Poster
Boosting Vanilla Lightweight Vision Transformers via Re-parameterization
Zhentao Tan · Xiaodan Li · Yue Wu · Qi Chu · Le Lu · Nenghai Yu · Jieping Ye
Halle B #59
Large-scale Vision Transformers have achieved promising performance on downstream tasks through feature pre-training. However, the performance of vanilla lightweight Vision Transformers (ViTs) is still far from satisfactory compared to that of recent lightweight CNNs or hybrid networks. In this paper, we aim to unlock the potential of vanilla lightweight ViTs by exploring the adaptation of the widely-used re-parameterization technology to ViTs for improving learning ability during training without increasing the inference cost.

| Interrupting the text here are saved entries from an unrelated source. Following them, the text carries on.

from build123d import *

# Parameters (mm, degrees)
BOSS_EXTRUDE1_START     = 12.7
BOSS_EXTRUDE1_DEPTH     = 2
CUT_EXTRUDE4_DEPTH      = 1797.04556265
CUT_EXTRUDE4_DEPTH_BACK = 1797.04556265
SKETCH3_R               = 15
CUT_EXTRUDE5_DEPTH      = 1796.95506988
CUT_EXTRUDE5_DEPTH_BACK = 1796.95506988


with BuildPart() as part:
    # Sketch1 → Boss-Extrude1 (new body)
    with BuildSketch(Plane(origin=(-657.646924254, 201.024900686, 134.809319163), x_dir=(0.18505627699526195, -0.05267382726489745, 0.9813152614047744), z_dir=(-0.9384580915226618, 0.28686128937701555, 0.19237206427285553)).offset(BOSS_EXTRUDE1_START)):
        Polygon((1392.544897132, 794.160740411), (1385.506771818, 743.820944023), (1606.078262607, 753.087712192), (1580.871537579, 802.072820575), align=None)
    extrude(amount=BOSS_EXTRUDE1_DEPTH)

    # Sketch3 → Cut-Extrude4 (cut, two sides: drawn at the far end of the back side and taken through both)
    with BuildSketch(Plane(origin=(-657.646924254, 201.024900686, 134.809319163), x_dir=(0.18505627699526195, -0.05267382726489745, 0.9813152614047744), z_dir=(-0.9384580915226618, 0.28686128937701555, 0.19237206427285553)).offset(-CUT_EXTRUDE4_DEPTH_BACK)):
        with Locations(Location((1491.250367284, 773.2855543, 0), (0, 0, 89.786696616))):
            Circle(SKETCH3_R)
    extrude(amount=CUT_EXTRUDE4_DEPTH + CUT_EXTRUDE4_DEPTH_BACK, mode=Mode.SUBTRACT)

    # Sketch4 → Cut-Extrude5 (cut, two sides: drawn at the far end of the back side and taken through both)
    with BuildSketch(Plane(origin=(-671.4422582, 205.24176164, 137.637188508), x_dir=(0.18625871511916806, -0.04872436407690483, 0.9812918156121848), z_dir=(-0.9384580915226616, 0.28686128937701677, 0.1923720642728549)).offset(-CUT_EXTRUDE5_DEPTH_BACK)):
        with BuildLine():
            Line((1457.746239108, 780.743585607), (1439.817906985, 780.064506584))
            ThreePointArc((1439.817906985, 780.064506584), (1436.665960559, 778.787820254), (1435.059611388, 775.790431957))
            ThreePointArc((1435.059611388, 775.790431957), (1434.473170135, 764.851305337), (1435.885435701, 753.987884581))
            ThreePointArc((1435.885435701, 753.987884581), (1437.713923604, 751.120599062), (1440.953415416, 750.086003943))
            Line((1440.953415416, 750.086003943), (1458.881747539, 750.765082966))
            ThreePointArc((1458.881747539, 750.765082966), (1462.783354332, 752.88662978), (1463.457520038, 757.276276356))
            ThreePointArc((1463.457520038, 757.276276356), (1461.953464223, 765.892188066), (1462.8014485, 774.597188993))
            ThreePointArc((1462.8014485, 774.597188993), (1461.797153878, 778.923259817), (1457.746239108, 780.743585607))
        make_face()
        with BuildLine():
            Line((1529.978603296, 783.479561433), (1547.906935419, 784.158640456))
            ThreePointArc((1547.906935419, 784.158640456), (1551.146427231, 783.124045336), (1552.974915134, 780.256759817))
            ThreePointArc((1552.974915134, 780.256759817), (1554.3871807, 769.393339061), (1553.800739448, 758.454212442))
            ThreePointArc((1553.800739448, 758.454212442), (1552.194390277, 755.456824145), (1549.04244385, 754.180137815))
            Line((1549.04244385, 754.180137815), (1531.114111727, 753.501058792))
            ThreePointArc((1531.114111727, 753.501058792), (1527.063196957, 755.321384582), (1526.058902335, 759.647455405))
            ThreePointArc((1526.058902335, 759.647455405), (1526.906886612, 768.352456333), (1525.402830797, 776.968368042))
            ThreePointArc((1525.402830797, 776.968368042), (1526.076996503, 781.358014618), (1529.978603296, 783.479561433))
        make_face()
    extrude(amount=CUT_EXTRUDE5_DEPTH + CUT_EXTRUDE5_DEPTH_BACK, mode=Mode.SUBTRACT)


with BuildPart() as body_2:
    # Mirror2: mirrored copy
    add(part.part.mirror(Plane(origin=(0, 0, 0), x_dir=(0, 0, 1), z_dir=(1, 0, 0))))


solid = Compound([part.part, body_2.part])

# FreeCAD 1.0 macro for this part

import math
import FreeCAD as App
import Part
import Sketcher

doc = App.newDocument("Part")
body = doc.addObject("PartDesign::Body", "Body")

# Sketch on an angled plane
sketch1 = body.newObject("Sketcher::SketchObject", "Sketch")
sketch1.Placement = App.Placement(App.Vector(-669.565342, 204.668039, 137.252444), App.Rotation(App.Vector(0.185056277, -0.052673827, 0.981315261), App.Vector(0.291634334, 0.956522905, -0.003653303), App.Vector(-0.938458092, 0.286861289, 0.192372064), "ZXY"))
sketch1.addGeometry(Part.LineSegment(App.Vector(1392.544896, 794.16074, 0), App.Vector(1385.506771, 743.820944, 0)), False)
sketch1.addGeometry(Part.LineSegment(App.Vector(1385.506771, 743.820944, 0), App.Vector(1606.078261, 753.087712, 0)), False)
sketch1.addGeometry(Part.LineSegment(App.Vector(1606.078261, 753.087712, 0), App.Vector(1580.871536, 802.07282, 0)), False)
sketch1.addGeometry(Part.LineSegment(App.Vector(1580.871536, 802.07282, 0), App.Vector(1392.544896, 794.16074, 0)), False)
sketch1.addConstraint(Sketcher.Constraint("Coincident", 0, 2, 1, 1))
sketch1.addConstraint(Sketcher.Constraint("Coincident", 1, 2, 2, 1))
sketch1.addConstraint(Sketcher.Constraint("Coincident", 2, 2, 3, 1))
sketch1.addConstraint(Sketcher.Constraint("Coincident", 3, 2, 0, 1))
sketch1.addConstraint(Sketcher.Constraint("Parallel", 1, 3))
sketch1.addConstraint(Sketcher.Constraint("Distance", 3, 188.49277))
sketch1.addConstraint(Sketcher.Constraint("DistanceX", -1, 1, 0, 2, 1385.506771))
sketch1.addConstraint(Sketcher.Constraint("DistanceX", -1, 1, 1, 2, 1606.078261))
sketch1.addConstraint(Sketcher.Constraint("DistanceY", -1, 1, 2, 2, 802.07282))
sketch1.addConstraint(Sketcher.Constraint("DistanceY", -1, 1, 3, 2, 794.16074))
sketch1.addConstraint(Sketcher.Constraint("DistanceY", 1, 2, 2, 2, 48.985108))
sketch1.addConstraint(Sketcher.Constraint("Distance", 0, 50.829424))
pad1 = body.newObject("PartDesign::Pad", "Pad")
pad1.Profile = sketch1
pad1.Length = 2

# Sketch on an angled plane
sketch2 = body.newObject("Sketcher::SketchObject", "Sketch001")
sketch2.Placement = App.Placement(App.Vector(-657.646925, 201.0249, 134.809319), App.Rotation(App.Vector(0.185056277, -0.052673827, 0.981315261), App.Vector(0.291634334, 0.956522905, -0.003653303), App.Vector(-0.938458092, 0.286861289, 0.192372064), "ZXY"))
sketch2.addGeometry(Part.Circle(App.Vector(1491.250366, 773.285554, 0), App.Vector(0, 0, 1), 15), False)
sketch2.addConstraint(Sketcher.Constraint("Diameter", 0, 30.0))
sketch2.addConstraint(Sketcher.Constraint("DistanceX", -1, 1, 0, 3, 1491.250366))
sketch2.addConstraint(Sketcher.Constraint("DistanceY", -1, 1, 0, 3, 773.285554))
pocket1 = body.newObject("PartDesign::Pocket", "Pocket")
pocket1.Profile = sketch2
pocket1.Type = "ThroughAll"
pocket1.Midplane = True

# Sketch on an angled plane
sketch3 = body.newObject("Sketcher::SketchObject", "Sketch002")
sketch3.Placement = App.Placement(App.Vector(-671.442259, 205.241761, 137.637188), App.Rotation(App.Vector(0.186258715, -0.048724364, 0.981291816), App.Vector(0.290867842, 0.956732219, -0.007704641), App.Vector(-0.938458092, 0.286861289, 0.192372064), "ZXY"))
sketch3.addGeometry(Part.LineSegment(App.Vector(1457.74624, 780.743587, 0), App.Vector(1439.817908, 780.064508, 0)), False)
sketch3.addGeometry(Part.ArcOfCircle(Part.Circle(App.Vector(1440.007159, 775.06809, 0), App.Vector(0, 0, 1), 5), math.radians(92.16918), math.radians(171.693498)), False)
sketch3.addGeometry(Part.ArcOfCircle(Part.Circle(App.Vector(1494.430176, 767.122323, 0), App.Vector(0, 0, 1), 60), math.radians(171.693498), math.radians(192.644861)), False)
sketch3.addGeometry(Part.ArcOfCircle(Part.Circle(App.Vector(1440.764165, 755.082422, 0), App.Vector(0, 0, 1), 5), math.radians(-167.355139), math.radians(-87.83082)), False)
sketch3.addGeometry(Part.LineSegment(App.Vector(1440.953416, 750.086005, 0), App.Vector(1458.881749, 750.765084, 0)), False)
sketch3.addGeometry(Part.ArcOfCircle(Part.Circle(App.Vector(1458.692497, 755.761501, 0), App.Vector(0, 0, 1), 5), math.radians(-87.83082), math.radians(17.635189)), False)
sketch3.addGeometry(Part.ArcOfCircle(Part.Circle(App.Vector(1494.430176, 767.122323, 0), App.Vector(0, 0, 1), 32.5), math.radians(166.70317), math.radians(197.635189)), False)
sketch3.addGeometry(Part.ArcOfCircle(Part.Circle(App.Vector(1457.935492, 775.747169, 0), App.Vector(0, 0, 1), 5), math.radians(-13.29683), math.radians(92.16918)), False)
sketch3.addGeometry(Part.LineSegment(App.Vector(1547.906937, 784.158641, 0), App.Vector(1529.978604, 783.479562, 0)), False)
sketch3.addGeometry(Part.ArcOfCircle(Part.Circle(App.Vector(1530.167856, 778.483145, 0), App.Vector(0, 0, 1), 5), math.radians(92.16918), math.radians(197.635189)), False)
sketch3.addGeometry(Part.ArcOfCircle(Part.Circle(App.Vector(1494.430176, 767.122323, 0), App.Vector(0, 0, 1), 32.5), math.radians(-13.29683), math.radians(17.635189)), False)
sketch3.addGeometry(Part.ArcOfCircle(Part.Circle(App.Vector(1530.924861, 758.497477, 0), App.Vector(0, 0, 1), 5), math.radians(166.70317), math.radians(272.16918)), False)
sketch3.addGeometry(Part.LineSegment(App.Vector(1531.114113, 753.50106, 0), App.Vector(1549.042445, 754.180139, 0)), False)
sketch3.addGeometry(Part.ArcOfCircle(Part.Circle(App.Vector(1548.853194, 759.176556, 0), App.Vector(0, 0, 1), 5), math.radians(-87.83082), math.radians(-8.306502)), False)
sketch3.addGeometry(Part.ArcOfCircle(Part.Circle(App.Vector(1494.430176, 767.122323, 0), App.Vector(0, 0, 1), 60), math.radians(-8.306502), math.radians(12.644861)), False)
sketch3.addGeometry(Part.ArcOfCircle(Part.Circle(App.Vector(1548.096188, 779.162224, 0), App.Vector(0, 0, 1), 5), math.radians(12.644861), math.radians(92.169179)), False)
sketch3.addConstraint(Sketcher.Constraint("Tangent", 0, 2, 1, 1))
sketch3.addConstraint(Sketcher.Constraint("Tangent", 1, 2, 2, 1))
sketch3.addConstraint(Sketcher.Constraint("Tangent", 2, 2, 3, 1))
sketch3.addConstraint(Sketcher.Constraint("Tangent", 3, 2, 4, 1))
sketch3.addConstraint(Sketcher.Constraint("Tangent", 4, 2, 5, 1))
sketch3.addConstraint(Sketcher.Constraint("Tangent", 5, 2, 6, 2))
sketch3.addConstraint(Sketcher.Constraint("Tangent", 6, 1, 7, 1))
sketch3.addConstraint(Sketcher.Constraint("Tangent", 7, 2, 0, 1))
sketch3.addConstraint(Sketcher.Constraint("Tangent", 8, 2, 9, 1))
sketch3.addConstraint(Sketcher.Constraint("Tangent", 9, 2, 10, 2))
sketch3.addConstraint(Sketcher.Constraint("Tangent", 10, 1, 11, 1))
sketch3.addConstraint(Sketcher.Constraint("Tangent", 11, 2, 12, 1))
sketch3.addConstraint(Sketcher.Constraint("Tangent", 12, 2, 13, 1))
sketch3.addConstraint(Sketcher.Constraint("Tangent", 13, 2, 14, 1))
sketch3.addConstraint(Sketcher.Constraint("Tangent", 14, 2, 15, 1))
sketch3.addConstraint(Sketcher.Constraint("Tangent", 15, 2, 8, 1))
sketch3.addConstraint(Sketcher.Constraint("Coincident", 6, 3, 2, 3))
sketch3.addConstraint(Sketcher.Constraint("Coincident", 10, 3, 2, 3))
sketch3.addConstraint(Sketcher.Constraint("Coincident", 14, 3, 2, 3))
sketch3.addConstraint(Sketcher.Constraint("Equal", 1, 3))
sketch3.addConstraint(Sketcher.Constraint("Equal", 3, 5))
sketch3.addConstraint(Sketcher.Constraint("Equal", 5, 7))
sketch3.addConstraint(Sketcher.Constraint("Equal", 7, 9))
sketch3.addConstraint(Sketcher.Constraint("Equal", 6, 10))
sketch3.addConstraint(Sketcher.Constraint("Equal", 9, 11))
sketch3.addConstraint(Sketcher.Constraint("Equal", 11, 13))
sketch3.addConstraint(Sketcher.Constraint("Equal", 2, 14))
sketch3.addConstraint(Sketcher.Constraint("Equal", 13, 15))
sketch3.addConstraint(Sketcher.Constraint("Parallel", 0, 4))
sketch3.addConstraint(Sketcher.Constraint("Parallel", 4, 8))
sketch3.addConstraint(Sketcher.Constraint("Parallel", 8, 12))
sketch3.addConstraint(Sketcher.Constraint("Equal", 0, 4))
sketch3.addConstraint(Sketcher.Constraint("Equal", 4, 8))
sketch3.addConstraint(Sketcher.Constraint("Equal", 8, 12))
sketch3.addConstraint(Sketcher.Constraint("Radius", 1, 5.0))
sketch3.addConstraint(Sketcher.Constraint("Radius", 2, 60.0))
sketch3.addConstraint(Sketcher.Constraint("Radius", 6, 32.5))
sketch3.addConstraint(Sketcher.Constraint("DistanceY", -1, 1, 5, 3, 755.761501))
sketch3.addConstraint(Sketcher.Constraint("DistanceY", 3, 3, 2, 3, 12.039901))
sketch3.addConstraint(Sketcher.Constraint("DistanceY", 6, 1, 1, 3, 0.4709))
sketch3.addConstraint(Sketcher.Constraint("DistanceX", -1, 1, 1, 3, 1440.007159))
pocket2 = body.newObject("PartDesign::Pocket", "Pocket001")
pocket2.Profile = sketch3
pocket2.Type = "ThroughAll"
pocket2.Midplane = True
body2 = doc.addObject("PartDesign::Body", "Body001")
doc.recompute()

mirroring = doc.addObject("Part::Mirroring", "Mirroring")
mirroring.Source = body
mirroring.Base = App.Vector(0, 0, 0)
mirroring.Normal = App.Vector(1, 0, 0)
body2.BaseFeature = mirroring
doc.recompute()
mirroring.Visibility = False

doc.recompute()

The main challenge comes from the fact that CNNs perfectly complement with re-parameterization over convolution and batch normalization, while vanilla Transformer architectures are mainly comprised of linear and layer normalization layers. We propose to incorporate the nonlinear ensemble into linear layers by expanding the depth of the linear layers with batch normalization and fusing multiple linear features with hierarchical representation ability through a pyramid structure. We also discover and solve a new transformer-specific distribution rectification problem caused by multi-branch re-parameterization. Finally, we propose our Two-Dimensional Re-parameterized Linear module (TDRL) for ViTs. Under the popular self-supervised pre-training and supervised fine-tuning strategy, our TDRL can be used in these two stages to enhance both generic and task-specific representation. Experiments demonstrate that our proposed method not only boosts the performance of vanilla Vit-Tiny on various vision tasks to new state-of-the-art (SOTA) but also shows promising generality ability on other networks. Code will be available.